Стальная сеть (СИ) - Темень Натан
Евсеич обрадовался, дурак, что ничего ему не будет, в меня пальцем тыкнул:
— Вот этот взять должен. Мне сказали: полукровка придёт, полицейский в чинах малых, ему и отдашь. А он, гад, не пришёл, опосля пришёл, платок отнял, змей подколодный…
Ох, думаю, всё, конец тебе, Димка. Не знаю, что у них тут за дела, но я точно под нож пойду. Вон, Швейцар уже за револьвером потянулся, другой мужик, что с разбитой мордой, ножик держит, да так, что видно — не впервой.
Ну где же мои рядовые, чего не свистят?

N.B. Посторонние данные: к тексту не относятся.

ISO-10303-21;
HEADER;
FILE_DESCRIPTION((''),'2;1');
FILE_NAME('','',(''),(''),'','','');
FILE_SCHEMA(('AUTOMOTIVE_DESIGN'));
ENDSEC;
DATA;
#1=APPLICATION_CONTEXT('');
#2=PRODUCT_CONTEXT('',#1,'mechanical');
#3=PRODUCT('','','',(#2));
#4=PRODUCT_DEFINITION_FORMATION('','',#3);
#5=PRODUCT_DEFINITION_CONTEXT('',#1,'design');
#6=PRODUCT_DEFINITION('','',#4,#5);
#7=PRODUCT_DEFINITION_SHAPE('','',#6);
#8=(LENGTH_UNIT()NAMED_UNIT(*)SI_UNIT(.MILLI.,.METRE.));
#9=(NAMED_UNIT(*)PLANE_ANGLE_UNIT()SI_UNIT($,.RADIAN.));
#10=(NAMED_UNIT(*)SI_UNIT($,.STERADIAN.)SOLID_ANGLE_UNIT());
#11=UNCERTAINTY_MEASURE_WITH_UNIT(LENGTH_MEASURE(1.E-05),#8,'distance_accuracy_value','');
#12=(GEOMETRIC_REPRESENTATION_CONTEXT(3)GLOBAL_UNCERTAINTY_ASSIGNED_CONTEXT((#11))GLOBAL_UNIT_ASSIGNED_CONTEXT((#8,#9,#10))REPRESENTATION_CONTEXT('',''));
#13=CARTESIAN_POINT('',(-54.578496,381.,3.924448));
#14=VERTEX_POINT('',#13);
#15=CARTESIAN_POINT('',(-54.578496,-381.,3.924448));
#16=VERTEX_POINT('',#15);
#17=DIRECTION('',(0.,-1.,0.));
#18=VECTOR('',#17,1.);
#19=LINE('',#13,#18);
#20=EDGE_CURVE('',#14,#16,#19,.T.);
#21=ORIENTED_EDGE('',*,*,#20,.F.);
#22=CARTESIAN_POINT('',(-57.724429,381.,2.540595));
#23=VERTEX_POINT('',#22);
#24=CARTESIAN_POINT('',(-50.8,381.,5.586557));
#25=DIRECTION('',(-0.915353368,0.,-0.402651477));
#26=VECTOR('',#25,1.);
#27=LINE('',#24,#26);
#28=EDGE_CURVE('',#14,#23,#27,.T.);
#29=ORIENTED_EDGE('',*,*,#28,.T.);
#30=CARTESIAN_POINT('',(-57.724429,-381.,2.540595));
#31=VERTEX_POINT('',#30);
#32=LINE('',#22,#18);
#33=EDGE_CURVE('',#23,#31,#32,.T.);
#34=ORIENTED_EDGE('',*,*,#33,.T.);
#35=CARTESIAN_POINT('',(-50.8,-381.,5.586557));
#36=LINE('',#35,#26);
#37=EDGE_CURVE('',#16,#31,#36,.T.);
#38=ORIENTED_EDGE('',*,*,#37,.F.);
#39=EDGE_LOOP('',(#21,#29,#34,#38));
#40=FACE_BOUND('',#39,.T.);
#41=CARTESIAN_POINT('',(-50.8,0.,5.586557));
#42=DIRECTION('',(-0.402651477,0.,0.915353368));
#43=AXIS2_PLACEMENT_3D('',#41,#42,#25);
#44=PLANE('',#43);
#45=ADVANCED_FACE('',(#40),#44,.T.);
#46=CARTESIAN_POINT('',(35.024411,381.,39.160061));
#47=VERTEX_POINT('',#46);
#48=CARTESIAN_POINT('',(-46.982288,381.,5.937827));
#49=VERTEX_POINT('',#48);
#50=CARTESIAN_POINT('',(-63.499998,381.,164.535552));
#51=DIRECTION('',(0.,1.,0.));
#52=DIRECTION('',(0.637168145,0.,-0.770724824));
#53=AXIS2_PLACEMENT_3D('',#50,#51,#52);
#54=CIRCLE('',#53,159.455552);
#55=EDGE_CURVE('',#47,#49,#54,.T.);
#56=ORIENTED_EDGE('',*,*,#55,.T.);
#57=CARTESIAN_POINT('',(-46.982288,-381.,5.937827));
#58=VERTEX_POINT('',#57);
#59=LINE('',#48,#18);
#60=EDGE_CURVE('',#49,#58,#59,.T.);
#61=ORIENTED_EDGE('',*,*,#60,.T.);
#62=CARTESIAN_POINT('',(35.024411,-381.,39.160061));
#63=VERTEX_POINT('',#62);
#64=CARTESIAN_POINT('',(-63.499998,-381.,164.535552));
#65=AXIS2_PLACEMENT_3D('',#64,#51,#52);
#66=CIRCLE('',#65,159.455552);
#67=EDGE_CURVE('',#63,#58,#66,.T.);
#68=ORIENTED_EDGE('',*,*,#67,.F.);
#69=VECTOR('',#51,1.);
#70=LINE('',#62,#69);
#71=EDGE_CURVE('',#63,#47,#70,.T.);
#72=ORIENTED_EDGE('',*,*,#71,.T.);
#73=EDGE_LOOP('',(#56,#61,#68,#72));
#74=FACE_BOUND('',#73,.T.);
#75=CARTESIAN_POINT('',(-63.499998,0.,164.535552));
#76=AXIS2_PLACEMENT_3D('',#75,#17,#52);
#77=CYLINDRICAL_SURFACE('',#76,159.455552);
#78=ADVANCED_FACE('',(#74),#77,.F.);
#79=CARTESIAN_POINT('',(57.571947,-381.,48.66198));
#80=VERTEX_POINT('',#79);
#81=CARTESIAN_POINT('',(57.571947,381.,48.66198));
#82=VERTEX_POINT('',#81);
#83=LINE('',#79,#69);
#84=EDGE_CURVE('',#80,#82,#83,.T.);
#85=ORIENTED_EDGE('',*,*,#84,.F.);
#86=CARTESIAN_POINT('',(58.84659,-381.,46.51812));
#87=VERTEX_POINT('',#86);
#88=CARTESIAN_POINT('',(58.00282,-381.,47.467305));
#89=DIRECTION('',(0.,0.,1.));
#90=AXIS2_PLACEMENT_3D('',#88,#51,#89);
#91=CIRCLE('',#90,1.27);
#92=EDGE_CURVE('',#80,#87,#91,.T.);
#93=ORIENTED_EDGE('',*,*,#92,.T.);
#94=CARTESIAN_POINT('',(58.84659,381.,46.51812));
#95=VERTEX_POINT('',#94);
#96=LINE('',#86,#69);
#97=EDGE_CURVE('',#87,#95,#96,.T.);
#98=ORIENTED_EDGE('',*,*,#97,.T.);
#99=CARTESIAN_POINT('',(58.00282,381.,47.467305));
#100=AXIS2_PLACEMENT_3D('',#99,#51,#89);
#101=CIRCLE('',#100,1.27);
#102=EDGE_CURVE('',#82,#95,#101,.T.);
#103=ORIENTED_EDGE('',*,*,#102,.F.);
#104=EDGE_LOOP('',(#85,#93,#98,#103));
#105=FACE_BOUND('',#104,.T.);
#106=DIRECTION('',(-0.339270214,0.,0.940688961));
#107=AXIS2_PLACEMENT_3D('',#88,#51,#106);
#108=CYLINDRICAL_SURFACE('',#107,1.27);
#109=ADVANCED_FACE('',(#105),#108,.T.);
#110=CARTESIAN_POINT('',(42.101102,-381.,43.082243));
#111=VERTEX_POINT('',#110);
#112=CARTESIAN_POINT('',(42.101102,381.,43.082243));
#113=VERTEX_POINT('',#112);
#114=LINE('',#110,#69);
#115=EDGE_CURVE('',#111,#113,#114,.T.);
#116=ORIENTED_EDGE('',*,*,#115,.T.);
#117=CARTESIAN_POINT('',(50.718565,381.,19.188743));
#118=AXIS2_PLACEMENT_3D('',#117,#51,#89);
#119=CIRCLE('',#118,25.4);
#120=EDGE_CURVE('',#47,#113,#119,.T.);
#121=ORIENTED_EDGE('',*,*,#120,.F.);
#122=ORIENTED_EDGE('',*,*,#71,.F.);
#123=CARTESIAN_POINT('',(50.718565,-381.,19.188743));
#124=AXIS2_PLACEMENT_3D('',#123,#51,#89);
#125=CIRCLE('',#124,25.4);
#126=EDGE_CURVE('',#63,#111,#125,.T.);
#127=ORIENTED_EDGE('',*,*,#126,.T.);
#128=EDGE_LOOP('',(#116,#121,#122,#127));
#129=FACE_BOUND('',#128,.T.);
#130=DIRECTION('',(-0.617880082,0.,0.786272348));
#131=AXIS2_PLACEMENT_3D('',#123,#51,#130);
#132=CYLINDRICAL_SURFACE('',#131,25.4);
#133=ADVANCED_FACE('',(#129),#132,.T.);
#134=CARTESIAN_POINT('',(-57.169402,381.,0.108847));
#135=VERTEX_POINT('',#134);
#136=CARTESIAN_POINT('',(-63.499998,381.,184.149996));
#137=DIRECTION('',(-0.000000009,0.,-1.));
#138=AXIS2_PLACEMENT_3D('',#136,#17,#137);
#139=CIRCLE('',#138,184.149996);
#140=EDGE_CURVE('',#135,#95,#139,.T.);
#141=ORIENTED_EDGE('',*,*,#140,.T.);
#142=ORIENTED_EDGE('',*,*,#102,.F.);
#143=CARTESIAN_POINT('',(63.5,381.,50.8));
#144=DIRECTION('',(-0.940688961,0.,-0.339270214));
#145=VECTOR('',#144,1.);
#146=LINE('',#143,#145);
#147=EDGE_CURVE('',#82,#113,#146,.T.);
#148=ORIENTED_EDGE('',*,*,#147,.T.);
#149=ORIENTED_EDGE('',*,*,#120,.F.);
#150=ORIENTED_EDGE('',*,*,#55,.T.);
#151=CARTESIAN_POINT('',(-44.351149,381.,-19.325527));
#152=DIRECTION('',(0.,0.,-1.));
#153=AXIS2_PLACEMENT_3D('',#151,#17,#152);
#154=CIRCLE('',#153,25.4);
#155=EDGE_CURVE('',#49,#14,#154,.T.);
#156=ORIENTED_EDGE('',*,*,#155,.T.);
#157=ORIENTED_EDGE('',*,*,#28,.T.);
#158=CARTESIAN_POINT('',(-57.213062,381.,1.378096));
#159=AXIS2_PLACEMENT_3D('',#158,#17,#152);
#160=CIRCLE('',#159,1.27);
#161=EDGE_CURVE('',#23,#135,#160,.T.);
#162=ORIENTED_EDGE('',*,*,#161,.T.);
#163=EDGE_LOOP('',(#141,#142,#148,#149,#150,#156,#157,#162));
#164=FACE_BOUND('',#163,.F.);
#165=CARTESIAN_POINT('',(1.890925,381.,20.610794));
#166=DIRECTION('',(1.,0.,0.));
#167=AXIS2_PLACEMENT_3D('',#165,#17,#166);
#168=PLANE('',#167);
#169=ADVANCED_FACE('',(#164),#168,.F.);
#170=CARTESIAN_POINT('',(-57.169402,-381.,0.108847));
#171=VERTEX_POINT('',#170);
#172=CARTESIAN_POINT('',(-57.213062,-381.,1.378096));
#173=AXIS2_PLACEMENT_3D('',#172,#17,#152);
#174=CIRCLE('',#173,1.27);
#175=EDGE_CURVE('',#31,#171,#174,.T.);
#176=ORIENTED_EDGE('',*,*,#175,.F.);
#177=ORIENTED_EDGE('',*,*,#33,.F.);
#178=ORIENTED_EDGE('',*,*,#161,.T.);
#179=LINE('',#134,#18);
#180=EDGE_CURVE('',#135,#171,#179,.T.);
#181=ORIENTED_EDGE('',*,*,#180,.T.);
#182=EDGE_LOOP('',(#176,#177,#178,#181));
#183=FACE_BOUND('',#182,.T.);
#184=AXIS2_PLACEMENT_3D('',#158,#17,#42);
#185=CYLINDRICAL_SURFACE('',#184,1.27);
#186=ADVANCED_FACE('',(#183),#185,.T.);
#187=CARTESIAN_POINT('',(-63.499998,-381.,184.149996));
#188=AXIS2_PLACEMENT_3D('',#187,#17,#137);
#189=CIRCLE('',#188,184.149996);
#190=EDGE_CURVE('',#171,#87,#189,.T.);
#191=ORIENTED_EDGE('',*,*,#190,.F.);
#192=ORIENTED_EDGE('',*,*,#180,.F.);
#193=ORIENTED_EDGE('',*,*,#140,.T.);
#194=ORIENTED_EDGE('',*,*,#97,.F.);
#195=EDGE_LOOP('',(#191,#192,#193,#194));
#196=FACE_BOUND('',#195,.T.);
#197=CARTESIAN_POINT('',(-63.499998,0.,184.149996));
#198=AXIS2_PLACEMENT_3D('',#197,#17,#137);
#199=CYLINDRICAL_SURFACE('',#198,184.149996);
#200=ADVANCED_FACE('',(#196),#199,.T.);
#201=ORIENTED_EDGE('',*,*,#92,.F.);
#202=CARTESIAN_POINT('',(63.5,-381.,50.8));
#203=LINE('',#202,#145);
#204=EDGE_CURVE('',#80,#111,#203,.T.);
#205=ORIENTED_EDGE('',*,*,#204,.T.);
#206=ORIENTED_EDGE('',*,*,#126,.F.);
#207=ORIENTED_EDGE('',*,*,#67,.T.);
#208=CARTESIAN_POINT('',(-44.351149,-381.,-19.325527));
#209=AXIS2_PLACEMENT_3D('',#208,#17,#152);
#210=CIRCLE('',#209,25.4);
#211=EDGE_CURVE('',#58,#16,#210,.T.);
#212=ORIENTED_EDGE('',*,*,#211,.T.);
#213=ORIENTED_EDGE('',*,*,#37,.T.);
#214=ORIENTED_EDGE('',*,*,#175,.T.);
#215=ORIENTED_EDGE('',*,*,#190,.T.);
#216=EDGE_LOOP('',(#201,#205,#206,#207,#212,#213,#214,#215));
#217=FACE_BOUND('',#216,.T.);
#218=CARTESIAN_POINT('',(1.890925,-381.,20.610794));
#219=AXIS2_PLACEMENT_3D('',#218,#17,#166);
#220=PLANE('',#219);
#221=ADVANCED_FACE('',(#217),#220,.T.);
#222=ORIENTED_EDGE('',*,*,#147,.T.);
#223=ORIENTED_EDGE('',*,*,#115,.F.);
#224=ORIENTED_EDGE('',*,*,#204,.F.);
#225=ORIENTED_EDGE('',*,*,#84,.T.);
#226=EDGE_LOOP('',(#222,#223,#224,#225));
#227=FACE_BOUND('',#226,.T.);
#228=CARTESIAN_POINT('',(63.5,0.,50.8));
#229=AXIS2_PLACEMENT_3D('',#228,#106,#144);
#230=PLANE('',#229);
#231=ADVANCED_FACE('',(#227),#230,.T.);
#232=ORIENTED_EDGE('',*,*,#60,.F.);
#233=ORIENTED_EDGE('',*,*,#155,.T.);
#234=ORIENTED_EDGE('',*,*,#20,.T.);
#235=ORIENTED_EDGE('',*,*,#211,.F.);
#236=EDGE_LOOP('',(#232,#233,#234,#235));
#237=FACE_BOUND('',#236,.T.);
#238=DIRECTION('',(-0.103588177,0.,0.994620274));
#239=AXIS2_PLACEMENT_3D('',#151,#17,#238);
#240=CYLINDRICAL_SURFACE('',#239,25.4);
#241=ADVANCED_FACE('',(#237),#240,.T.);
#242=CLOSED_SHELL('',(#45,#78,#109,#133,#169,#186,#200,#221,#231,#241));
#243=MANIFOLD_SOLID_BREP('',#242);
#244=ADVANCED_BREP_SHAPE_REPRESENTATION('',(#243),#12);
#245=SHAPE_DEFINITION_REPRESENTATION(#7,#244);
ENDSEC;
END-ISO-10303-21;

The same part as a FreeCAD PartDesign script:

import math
import FreeCAD as App
import Part
import Sketcher

V = App.Vector
Q = App.Units.Quantity


def edges_at(feature, points):
    """Names of the edges that pass closest to the given points."""
    edges = feature.Shape.Edges
    near = lambda p: min(range(len(edges)), key=lambda i: edges[i].distToShape(Part.Vertex(*p))[0])
    return sorted({f"Edge{near(p) + 1}" for p in points})

doc = App.newDocument("Part")
body = doc.addObject("PartDesign::Body", "Body")

# Sketch on XZ plane
sketch1 = body.newObject("Sketcher::SketchObject", "Sketch")
sketch1.AttachmentSupport = (doc.getObject("XZ_Plane"), [""])
sketch1.MapMode = "FlatFace"
sketch1.addGeometry([
    Part.ArcOfCircle(Part.Circle(V(-63, 165, 0), V(0, 0, 1), 159), math.radians(-85), math.radians(-50)),
    Part.LineSegment(V(-51, 6, 0), V(-64, 0, 0)),
    Part.ArcOfCircle(Part.Circle(V(-63, 184, 0), V(0, 0, 1), 184), math.radians(-90), math.radians(-46)),
    Part.LineSegment(V(64, 51, 0), V(38, 42, 0)),
], False)
sketch1.addConstraint([
    Sketcher.Constraint("Coincident", 0, 1, 1, 1),
    Sketcher.Constraint("Coincident", 1, 2, 2, 1),
    Sketcher.Constraint("Coincident", 2, 2, 3, 1),
    Sketcher.Constraint("Coincident", 3, 2, 0, 2),
    Sketcher.Constraint("PointOnObject", 1, 2, -1),
    Sketcher.Constraint("Vertical", 0, 3, 2, 3),
    Sketcher.Constraint("Vertical", 2, 3, 1, 2),
    Sketcher.Constraint("Radius", 2, Q("7.2499998 in")),
    Sketcher.Constraint("DistanceX", 0, 1, -1, 1, Q("2 in")),
    Sketcher.Constraint("DistanceY", -1, 1, 2, 2, Q("2 in")),
    Sketcher.Constraint("DistanceX", 3, 2, 2, 2, Q("1 in")),
    Sketcher.Constraint("DistanceX", 0, 3, -1, 1, Q("2.4999999 in")),
    Sketcher.Constraint("Radius", 0, 159.455552),
    Sketcher.Constraint("DistanceY", -1, 1, 3, 2, 41.6392),
])
pad1 = body.newObject("PartDesign::Pad", "Pad")
pad1.Profile = sketch1
pad1.Length = Q("30 in")
pad1.Midplane = True
doc.recompute()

Мы же тут нашумели уже, как на свадьбе.
А Швейцар спрашивает Евсеича:
— Кто тебе платок дал? Чей приказ?
Евсеич рот открыл, повернулся, рукой указал:
— Да вот он…
Бах! Бах! Бах!
Глухо, как через глушитель.
Вижу — мужик с ножом роняет нож, взмахивает руками, валится на спину. Швейцар скалит зубы, будто в улыбке, отшатывается к стене, револьвер в его руке стреляет в воздух. Хватаю девицу Клавдию, которая стоит с открытым ртом, валю на пол, закрываю собой. В падении выдёргиваю из-под тужурки свой револьвер, выставляю руку, целюсь в стрелка.
Бах, бах! Бах!
Стреляю, чётко, как в тире. Прямо в корпус. Фигура человека, что пришёл вместе со Швейцаром, того, в полушубке и собачьем треухе, окутана коконом синего света. От моих выстрелов кокон вздрагивает, жадно глотает пули, покрывается разводами. Пули исчезают, а человеку хоть бы что.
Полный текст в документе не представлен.